A two-step biodiesel production process from waste cooking oil via recycling crude glycerol esterification catalyzed by alkali catalyst

• A practical two-step process was developed to convert WCO with a high FFA content into FAME.
• Crude glycerol from the second step was recycled as reactant for the first step.
• An alkali catalyst was used in the esterification to lower FFA content of WCO.
• Excess glycerol separation is not needed in the esterification step.
• Significant energy and time saving have been achieved as compared to the traditional methanol esterification with methanol.

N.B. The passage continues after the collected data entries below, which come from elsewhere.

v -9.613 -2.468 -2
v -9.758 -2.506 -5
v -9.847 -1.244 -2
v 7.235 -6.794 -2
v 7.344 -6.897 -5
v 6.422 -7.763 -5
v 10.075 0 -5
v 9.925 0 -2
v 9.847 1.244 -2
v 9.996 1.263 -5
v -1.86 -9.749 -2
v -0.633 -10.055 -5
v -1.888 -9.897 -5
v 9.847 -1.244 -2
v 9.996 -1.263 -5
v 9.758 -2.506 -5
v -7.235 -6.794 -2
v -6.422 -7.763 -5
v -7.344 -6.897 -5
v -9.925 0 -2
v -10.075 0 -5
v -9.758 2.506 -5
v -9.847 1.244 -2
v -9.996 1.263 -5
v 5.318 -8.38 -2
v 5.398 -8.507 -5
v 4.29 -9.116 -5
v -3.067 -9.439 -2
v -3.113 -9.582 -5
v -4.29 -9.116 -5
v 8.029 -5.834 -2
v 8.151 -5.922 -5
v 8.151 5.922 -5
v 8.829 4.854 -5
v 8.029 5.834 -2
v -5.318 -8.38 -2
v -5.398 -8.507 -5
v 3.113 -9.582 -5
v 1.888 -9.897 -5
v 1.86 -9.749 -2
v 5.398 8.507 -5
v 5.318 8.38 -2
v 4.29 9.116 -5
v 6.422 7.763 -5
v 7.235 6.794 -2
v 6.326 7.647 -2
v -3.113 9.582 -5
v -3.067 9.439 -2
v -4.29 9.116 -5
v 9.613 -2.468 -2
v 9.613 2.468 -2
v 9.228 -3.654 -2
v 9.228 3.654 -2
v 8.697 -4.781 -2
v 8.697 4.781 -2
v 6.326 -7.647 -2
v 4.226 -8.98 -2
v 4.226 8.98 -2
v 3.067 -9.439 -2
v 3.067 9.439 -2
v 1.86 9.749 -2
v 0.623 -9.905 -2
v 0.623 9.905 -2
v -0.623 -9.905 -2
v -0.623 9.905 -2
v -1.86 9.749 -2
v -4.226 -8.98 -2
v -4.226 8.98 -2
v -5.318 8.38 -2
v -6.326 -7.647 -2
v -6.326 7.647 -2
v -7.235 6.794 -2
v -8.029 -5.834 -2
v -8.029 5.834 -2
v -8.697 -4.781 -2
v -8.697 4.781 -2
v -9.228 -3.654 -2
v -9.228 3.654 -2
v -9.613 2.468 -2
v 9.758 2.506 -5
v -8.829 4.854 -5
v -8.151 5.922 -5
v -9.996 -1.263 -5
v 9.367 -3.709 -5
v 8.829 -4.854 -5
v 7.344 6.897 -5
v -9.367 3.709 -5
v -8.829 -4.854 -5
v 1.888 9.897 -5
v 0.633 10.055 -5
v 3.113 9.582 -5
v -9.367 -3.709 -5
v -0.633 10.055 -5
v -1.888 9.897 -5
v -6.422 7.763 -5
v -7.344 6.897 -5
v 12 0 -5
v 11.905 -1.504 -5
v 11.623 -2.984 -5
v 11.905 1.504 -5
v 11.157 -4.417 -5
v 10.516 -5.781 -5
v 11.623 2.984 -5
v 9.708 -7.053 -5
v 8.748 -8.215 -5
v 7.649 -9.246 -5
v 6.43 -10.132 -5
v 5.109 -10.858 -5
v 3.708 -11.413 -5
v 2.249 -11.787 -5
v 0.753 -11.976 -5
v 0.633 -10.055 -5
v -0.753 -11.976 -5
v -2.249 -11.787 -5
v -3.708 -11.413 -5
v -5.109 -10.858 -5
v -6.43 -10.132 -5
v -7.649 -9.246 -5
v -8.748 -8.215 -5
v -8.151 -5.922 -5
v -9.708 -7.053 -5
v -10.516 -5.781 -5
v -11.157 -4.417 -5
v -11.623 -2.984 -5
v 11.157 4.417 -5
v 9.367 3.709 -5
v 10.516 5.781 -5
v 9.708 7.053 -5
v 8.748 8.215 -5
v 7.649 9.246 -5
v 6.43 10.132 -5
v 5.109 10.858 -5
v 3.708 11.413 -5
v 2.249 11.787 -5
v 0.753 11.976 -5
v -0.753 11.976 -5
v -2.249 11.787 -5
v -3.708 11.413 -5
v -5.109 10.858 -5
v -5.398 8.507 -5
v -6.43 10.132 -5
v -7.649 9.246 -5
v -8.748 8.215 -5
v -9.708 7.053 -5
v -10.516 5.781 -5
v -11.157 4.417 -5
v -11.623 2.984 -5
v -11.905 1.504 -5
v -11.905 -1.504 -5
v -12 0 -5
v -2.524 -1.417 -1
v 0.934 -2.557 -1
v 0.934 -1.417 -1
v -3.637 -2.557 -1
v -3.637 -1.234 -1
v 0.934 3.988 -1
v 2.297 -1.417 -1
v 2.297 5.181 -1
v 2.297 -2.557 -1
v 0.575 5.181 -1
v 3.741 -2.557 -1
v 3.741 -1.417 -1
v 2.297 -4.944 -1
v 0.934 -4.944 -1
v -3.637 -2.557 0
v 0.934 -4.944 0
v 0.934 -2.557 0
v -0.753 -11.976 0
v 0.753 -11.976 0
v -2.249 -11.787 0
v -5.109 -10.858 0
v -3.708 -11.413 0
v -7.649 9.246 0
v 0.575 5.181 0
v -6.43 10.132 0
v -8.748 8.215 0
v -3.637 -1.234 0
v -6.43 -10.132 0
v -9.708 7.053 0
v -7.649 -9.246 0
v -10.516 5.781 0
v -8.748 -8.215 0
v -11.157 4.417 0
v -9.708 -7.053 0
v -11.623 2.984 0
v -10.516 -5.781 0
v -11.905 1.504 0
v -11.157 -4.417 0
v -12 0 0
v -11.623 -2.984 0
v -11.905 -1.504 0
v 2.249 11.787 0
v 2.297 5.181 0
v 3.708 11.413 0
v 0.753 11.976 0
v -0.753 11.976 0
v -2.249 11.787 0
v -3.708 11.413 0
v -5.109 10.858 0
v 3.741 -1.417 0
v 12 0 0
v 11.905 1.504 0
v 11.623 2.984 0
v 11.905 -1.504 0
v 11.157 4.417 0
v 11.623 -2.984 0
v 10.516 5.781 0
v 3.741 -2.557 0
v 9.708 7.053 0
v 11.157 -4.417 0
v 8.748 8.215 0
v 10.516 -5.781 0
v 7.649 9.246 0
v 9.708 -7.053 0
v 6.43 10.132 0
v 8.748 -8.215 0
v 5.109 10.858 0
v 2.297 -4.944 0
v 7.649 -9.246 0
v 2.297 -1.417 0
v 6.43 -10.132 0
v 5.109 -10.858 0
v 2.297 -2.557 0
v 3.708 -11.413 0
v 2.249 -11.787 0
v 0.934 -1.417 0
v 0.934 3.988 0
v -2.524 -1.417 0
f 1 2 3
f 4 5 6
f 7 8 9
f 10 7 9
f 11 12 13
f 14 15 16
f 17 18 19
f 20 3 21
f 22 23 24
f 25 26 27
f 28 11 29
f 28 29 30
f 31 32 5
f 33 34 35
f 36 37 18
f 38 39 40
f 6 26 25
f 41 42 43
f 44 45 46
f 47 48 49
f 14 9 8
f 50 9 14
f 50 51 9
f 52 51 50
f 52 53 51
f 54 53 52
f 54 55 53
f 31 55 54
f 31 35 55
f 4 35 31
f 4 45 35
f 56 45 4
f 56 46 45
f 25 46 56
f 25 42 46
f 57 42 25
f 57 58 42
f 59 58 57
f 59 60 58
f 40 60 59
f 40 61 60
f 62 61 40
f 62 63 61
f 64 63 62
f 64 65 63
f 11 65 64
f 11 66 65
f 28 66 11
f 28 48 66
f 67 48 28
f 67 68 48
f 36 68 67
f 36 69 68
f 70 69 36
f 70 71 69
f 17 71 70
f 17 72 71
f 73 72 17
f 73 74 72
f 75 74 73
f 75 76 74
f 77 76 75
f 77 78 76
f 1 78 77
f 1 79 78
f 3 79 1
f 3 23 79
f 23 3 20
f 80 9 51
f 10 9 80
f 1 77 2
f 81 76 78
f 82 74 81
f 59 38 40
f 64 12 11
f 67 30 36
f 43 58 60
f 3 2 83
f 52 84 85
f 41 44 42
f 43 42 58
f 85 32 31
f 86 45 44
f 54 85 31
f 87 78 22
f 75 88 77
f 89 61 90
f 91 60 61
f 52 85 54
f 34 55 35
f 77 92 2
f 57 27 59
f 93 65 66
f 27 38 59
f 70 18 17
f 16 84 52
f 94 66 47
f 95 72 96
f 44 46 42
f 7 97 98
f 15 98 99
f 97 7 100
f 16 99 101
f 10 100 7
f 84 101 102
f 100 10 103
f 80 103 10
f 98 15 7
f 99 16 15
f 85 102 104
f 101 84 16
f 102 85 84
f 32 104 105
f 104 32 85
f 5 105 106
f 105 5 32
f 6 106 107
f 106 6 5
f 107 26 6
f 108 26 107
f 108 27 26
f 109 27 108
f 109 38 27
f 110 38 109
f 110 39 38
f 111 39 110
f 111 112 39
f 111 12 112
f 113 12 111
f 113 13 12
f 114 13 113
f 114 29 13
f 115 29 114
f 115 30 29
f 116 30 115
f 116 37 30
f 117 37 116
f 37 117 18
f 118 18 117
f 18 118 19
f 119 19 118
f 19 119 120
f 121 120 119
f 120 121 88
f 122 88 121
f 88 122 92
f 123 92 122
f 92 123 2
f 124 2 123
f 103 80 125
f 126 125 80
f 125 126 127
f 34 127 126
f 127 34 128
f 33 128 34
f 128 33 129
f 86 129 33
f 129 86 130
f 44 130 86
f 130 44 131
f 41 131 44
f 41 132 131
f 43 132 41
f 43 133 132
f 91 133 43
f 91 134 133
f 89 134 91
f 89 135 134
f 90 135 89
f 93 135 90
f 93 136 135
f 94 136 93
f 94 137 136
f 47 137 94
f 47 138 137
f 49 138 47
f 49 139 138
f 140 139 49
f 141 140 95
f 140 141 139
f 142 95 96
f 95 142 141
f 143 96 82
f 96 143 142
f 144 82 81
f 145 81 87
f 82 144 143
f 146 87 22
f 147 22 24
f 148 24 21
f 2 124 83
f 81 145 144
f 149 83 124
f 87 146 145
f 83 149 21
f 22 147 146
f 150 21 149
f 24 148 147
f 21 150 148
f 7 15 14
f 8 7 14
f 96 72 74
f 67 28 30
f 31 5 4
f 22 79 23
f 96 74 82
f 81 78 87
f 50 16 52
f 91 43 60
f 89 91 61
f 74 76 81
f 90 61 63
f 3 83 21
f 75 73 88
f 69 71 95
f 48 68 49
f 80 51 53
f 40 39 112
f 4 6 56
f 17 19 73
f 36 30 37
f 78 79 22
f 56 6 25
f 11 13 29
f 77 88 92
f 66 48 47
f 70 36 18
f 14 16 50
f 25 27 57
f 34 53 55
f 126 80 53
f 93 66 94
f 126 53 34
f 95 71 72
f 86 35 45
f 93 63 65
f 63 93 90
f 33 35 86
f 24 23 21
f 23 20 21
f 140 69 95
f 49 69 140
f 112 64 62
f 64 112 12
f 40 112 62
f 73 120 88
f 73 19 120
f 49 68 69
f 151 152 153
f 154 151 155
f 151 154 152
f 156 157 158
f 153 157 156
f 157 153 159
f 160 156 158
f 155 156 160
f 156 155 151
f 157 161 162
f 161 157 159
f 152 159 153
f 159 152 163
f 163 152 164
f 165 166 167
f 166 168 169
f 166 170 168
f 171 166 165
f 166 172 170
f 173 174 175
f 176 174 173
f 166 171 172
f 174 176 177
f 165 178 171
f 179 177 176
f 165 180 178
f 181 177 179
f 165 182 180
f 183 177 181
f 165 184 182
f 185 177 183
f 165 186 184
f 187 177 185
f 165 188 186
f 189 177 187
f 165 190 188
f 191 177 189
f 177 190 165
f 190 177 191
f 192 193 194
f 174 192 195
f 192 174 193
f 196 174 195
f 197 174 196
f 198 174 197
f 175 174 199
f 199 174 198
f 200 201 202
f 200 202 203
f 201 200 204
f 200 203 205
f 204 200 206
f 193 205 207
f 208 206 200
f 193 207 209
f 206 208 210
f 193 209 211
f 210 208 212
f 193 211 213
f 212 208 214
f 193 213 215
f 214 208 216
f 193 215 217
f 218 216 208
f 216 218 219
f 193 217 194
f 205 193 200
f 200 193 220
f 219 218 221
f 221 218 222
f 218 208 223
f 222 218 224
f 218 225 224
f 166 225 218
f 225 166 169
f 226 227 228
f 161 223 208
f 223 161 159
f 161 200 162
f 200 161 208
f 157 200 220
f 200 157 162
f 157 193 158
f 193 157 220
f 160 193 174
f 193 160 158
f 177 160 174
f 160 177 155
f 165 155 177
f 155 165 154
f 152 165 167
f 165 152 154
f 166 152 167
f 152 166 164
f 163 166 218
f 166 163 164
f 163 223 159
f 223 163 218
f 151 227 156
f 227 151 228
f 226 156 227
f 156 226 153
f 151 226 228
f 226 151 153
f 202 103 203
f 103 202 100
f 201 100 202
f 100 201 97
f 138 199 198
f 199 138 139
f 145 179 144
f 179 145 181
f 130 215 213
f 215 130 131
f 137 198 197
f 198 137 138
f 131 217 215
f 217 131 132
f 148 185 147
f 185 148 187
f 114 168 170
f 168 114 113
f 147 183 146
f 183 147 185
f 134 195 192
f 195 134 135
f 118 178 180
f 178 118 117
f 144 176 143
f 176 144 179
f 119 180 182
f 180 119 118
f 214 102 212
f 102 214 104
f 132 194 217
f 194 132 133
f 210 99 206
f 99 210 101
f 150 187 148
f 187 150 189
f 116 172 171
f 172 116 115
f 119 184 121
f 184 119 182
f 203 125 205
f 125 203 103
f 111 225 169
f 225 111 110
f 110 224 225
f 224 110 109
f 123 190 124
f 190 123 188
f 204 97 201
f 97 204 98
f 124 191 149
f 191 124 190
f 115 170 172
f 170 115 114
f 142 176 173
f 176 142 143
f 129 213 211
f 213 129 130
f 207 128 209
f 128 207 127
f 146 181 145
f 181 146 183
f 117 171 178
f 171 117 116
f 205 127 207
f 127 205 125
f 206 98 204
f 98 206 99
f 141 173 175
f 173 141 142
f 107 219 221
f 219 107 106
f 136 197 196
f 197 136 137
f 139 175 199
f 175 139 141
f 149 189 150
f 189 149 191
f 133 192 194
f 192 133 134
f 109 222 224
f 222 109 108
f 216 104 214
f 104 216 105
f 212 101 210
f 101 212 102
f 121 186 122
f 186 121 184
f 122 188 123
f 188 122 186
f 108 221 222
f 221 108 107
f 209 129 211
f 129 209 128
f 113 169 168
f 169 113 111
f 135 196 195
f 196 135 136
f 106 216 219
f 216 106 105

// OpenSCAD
$fn = 50;

difference() {
	union() {
		translate(v = [0, 0, -5.0]) {
			cylinder(h = 5, r = 12.0);
		}
	}
	union() {
		#translate(v = [0, 0, -5.0]) {
			cylinder(h = 3, r1 = 10.075, r2 = 9.925);
		}
		translate(v = [0, 0, -1]) {
			linear_extrude(height = 1) {
				text(font = "Impact", halign = "center", size = 10, text = "4", valign = "center");
			}
		}
	}
}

A novel biodiesel production process using waste cooking oil (WCO) as feedstock was developed in this work. Free fatty acids (FFAs) from WCO were esterified by crude glycerol catalyzed by NaOH, which lowered the content of free fatty acids of WCO. The conversion of FFA in the WCO (acid value: 124.9 mg KOH/g) to acylglycerols is 99.6% under the optimal conditions (1.4:1 molar ratio of glycerol to FFA, 4 h, 210 °C, catalyst loading 0.5 wt.% based on WCO weight). After the transesterification of esterified WCO with methanol catalyzed by NaOH, the yield of the final product is 93.1 wt.% with 98.6 wt.% of fatty acid methyl ester (FAME). The crude glycerol and the catalyst from transesterification were recycled as reactant for esterification during the biodiesel production. Soap formed from the subsequent processes maintained a high catalyzing activity for FFA esterification after being recycled for 13 times. This new glycerol esterification process using alkali (soap) catalyst provides a promising solution to convert feedstock with high FFA levels to biodiesel. This biodiesel production process has distinct advantages compared with traditional two-step methods, including lower cost of catalyst for both esterification and transesterification processes, less energy consumption for methanol recovery, recycling of the glycerol byproduct and catalyst (soap), and no requirement of anti-corrosive equipment.